Stored data
Start of Block

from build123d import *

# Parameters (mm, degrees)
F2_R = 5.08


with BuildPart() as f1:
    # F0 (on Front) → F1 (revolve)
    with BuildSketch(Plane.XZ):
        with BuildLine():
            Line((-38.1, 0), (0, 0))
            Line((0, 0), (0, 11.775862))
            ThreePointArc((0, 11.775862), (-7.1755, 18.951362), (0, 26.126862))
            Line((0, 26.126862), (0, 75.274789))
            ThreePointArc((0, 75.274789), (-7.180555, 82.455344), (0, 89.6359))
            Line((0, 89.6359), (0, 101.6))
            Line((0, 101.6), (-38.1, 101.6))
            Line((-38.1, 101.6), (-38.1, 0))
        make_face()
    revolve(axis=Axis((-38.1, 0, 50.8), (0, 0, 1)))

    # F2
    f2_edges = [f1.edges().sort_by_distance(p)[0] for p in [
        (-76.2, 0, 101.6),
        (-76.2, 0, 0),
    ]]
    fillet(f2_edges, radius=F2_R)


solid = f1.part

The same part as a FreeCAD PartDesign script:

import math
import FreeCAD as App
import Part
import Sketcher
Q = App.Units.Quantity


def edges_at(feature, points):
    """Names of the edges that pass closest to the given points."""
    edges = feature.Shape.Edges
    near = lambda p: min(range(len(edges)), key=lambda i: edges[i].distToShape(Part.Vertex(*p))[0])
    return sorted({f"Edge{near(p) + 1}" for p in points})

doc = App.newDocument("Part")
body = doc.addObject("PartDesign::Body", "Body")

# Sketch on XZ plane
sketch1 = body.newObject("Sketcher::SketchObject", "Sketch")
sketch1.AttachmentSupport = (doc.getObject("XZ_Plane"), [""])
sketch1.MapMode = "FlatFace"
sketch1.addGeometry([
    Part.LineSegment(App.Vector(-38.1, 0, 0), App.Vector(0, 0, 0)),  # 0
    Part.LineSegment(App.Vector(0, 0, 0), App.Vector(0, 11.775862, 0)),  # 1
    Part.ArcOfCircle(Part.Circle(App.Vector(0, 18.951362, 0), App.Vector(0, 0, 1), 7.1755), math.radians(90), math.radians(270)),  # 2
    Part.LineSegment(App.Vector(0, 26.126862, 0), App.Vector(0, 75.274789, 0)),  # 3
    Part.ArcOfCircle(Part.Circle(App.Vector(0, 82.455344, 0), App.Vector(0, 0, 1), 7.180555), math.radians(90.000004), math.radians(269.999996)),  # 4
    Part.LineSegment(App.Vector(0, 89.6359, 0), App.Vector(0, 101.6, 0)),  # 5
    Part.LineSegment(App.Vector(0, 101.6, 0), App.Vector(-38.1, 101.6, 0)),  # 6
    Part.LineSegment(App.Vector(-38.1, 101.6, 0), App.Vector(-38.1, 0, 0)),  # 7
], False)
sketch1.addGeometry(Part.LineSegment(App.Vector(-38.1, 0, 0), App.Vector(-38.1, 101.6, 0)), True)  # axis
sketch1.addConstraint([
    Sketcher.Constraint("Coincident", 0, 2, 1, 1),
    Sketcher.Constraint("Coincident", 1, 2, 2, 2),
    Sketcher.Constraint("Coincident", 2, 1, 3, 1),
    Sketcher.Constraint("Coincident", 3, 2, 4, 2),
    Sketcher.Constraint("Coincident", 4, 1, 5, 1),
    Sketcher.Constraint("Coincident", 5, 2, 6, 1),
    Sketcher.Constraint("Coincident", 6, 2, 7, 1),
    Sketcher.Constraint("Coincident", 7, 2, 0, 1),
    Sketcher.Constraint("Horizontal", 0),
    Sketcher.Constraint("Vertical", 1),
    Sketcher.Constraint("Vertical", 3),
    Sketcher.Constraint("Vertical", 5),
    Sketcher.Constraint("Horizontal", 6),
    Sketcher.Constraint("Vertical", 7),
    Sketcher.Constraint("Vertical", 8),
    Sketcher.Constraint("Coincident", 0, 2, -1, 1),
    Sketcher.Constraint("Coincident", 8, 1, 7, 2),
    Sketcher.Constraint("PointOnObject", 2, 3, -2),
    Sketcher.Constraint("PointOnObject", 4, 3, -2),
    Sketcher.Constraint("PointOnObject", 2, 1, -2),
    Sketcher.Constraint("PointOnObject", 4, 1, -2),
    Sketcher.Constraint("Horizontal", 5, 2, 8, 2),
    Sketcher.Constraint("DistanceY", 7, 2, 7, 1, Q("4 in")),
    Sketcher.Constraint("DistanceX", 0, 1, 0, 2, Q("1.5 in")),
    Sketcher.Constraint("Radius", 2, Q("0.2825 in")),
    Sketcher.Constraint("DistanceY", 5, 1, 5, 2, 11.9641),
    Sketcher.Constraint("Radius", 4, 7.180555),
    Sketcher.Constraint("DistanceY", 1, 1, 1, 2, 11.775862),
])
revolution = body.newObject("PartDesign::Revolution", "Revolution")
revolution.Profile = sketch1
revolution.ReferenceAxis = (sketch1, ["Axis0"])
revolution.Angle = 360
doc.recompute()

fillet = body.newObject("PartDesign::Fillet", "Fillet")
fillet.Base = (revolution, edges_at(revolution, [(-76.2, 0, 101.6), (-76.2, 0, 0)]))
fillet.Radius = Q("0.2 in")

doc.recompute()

End of Block
Start of Block

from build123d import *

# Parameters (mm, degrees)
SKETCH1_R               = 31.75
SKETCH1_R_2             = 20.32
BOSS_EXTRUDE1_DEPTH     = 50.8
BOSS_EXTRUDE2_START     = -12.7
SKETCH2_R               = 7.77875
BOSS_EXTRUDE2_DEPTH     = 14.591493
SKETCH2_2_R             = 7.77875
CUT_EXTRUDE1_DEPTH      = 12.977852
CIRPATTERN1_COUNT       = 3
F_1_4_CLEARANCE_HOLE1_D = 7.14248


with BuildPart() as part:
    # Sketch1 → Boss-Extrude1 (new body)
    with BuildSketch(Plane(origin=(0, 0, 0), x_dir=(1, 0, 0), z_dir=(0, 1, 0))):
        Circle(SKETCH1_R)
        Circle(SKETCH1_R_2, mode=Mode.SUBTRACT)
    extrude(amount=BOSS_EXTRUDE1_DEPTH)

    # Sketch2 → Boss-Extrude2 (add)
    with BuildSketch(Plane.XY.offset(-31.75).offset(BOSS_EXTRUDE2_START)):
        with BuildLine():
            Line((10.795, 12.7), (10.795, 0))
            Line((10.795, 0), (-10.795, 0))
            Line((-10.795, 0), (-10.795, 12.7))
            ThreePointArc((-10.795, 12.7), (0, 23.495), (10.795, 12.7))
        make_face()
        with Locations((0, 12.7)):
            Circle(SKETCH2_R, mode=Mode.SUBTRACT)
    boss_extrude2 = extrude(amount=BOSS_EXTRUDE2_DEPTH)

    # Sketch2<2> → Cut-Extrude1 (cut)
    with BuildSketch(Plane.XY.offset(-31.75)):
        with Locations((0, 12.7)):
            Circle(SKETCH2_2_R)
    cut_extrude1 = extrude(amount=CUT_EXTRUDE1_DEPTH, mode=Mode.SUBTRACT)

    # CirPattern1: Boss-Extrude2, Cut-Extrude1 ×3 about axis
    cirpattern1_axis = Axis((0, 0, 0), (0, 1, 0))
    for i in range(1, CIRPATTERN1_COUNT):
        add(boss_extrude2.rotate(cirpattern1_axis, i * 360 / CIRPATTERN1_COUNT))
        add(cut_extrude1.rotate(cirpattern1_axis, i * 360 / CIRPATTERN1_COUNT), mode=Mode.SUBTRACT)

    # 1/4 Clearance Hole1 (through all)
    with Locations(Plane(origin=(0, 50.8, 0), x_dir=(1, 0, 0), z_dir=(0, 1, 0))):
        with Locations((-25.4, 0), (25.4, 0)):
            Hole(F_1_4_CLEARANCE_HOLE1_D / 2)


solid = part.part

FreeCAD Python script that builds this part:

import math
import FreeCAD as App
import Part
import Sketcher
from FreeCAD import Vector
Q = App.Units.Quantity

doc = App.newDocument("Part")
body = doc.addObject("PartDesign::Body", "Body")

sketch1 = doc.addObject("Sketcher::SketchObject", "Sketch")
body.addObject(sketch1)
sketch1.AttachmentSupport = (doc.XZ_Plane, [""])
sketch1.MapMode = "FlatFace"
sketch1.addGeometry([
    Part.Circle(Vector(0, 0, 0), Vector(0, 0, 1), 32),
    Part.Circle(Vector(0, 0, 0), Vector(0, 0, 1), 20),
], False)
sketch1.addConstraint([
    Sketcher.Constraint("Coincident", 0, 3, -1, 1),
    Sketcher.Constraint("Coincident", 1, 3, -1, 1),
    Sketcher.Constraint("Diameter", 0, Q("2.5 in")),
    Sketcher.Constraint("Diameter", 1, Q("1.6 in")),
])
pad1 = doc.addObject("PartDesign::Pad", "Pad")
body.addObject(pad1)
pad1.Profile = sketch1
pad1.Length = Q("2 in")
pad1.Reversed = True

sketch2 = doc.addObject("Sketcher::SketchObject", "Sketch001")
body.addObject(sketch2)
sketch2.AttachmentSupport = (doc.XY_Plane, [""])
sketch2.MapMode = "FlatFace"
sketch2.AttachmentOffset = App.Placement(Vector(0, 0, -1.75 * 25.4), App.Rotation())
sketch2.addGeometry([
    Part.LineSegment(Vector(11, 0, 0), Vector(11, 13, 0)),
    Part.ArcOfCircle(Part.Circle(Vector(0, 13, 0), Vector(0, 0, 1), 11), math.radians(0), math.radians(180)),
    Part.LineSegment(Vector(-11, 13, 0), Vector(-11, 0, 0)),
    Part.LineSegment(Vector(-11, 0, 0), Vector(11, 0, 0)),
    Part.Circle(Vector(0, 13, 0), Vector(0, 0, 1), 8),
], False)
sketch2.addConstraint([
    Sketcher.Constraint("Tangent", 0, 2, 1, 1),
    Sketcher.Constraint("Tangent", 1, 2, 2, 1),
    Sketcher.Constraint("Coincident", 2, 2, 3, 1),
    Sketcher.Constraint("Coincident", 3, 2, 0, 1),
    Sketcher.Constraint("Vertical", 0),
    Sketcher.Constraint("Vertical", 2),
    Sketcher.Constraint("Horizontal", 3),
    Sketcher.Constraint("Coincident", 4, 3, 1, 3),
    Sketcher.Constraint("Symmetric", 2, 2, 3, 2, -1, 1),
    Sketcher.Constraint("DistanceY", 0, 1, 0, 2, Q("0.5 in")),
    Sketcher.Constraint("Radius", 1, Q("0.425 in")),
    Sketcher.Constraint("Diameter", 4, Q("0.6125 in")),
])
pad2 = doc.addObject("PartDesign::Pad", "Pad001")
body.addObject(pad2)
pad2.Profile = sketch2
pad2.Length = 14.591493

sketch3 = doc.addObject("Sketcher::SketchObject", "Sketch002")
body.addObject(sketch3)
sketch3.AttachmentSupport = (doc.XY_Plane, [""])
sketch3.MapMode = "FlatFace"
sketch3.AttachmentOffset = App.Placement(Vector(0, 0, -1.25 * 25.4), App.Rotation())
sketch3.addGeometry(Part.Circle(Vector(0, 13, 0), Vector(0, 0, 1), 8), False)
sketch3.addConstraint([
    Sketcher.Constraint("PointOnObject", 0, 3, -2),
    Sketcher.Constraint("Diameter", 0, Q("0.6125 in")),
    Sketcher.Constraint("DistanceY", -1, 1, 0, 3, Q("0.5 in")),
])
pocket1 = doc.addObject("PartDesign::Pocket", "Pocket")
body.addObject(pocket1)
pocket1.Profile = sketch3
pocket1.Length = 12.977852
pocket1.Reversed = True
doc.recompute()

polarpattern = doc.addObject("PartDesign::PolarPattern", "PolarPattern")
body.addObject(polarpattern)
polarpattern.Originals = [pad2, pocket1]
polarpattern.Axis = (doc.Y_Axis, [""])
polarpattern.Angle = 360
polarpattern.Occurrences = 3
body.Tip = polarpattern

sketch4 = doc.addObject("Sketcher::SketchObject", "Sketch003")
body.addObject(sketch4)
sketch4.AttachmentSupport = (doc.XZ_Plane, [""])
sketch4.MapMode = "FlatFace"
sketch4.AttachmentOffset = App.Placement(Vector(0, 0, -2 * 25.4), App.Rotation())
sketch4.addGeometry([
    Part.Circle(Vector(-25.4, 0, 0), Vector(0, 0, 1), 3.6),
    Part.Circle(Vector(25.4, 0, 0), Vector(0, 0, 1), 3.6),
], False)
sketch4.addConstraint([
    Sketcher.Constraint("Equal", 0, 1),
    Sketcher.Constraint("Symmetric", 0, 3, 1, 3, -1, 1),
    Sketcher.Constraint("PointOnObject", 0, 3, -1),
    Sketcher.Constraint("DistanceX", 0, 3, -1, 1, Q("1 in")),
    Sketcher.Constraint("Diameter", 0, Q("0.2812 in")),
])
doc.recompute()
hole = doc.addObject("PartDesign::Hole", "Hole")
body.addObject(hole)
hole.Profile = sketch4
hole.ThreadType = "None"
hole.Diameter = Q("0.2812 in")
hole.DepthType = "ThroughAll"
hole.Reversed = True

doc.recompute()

End of Block

**Task objective**. Please give an exact copy of the lines above, beginning with the line containing "cirpattern1_axis = Axis((0, 0, 0), (0, 1, 0))" and running through the line containing "FreeCAD Python script", and of no other lines.

**Solution for this task**.
    cirpattern1_axis = Axis((0, 0, 0), (0, 1, 0))
    for i in range(1, CIRPATTERN1_COUNT):
        add(boss_extrude2.rotate(cirpattern1_axis, i * 360 / CIRPATTERN1_COUNT))
        add(cut_extrude1.rotate(cirpattern1_axis, i * 360 / CIRPATTERN1_COUNT), mode=Mode.SUBTRACT)

    # 1/4 Clearance Hole1 (through all)
    with Locations(Plane(origin=(0, 50.8, 0), x_dir=(1, 0, 0), z_dir=(0, 1, 0))):
        with Locations((-25.4, 0), (25.4, 0)):
            Hole(F_1_4_CLEARANCE_HOLE1_D / 2)


solid = part.part

FreeCAD Python script that builds this part:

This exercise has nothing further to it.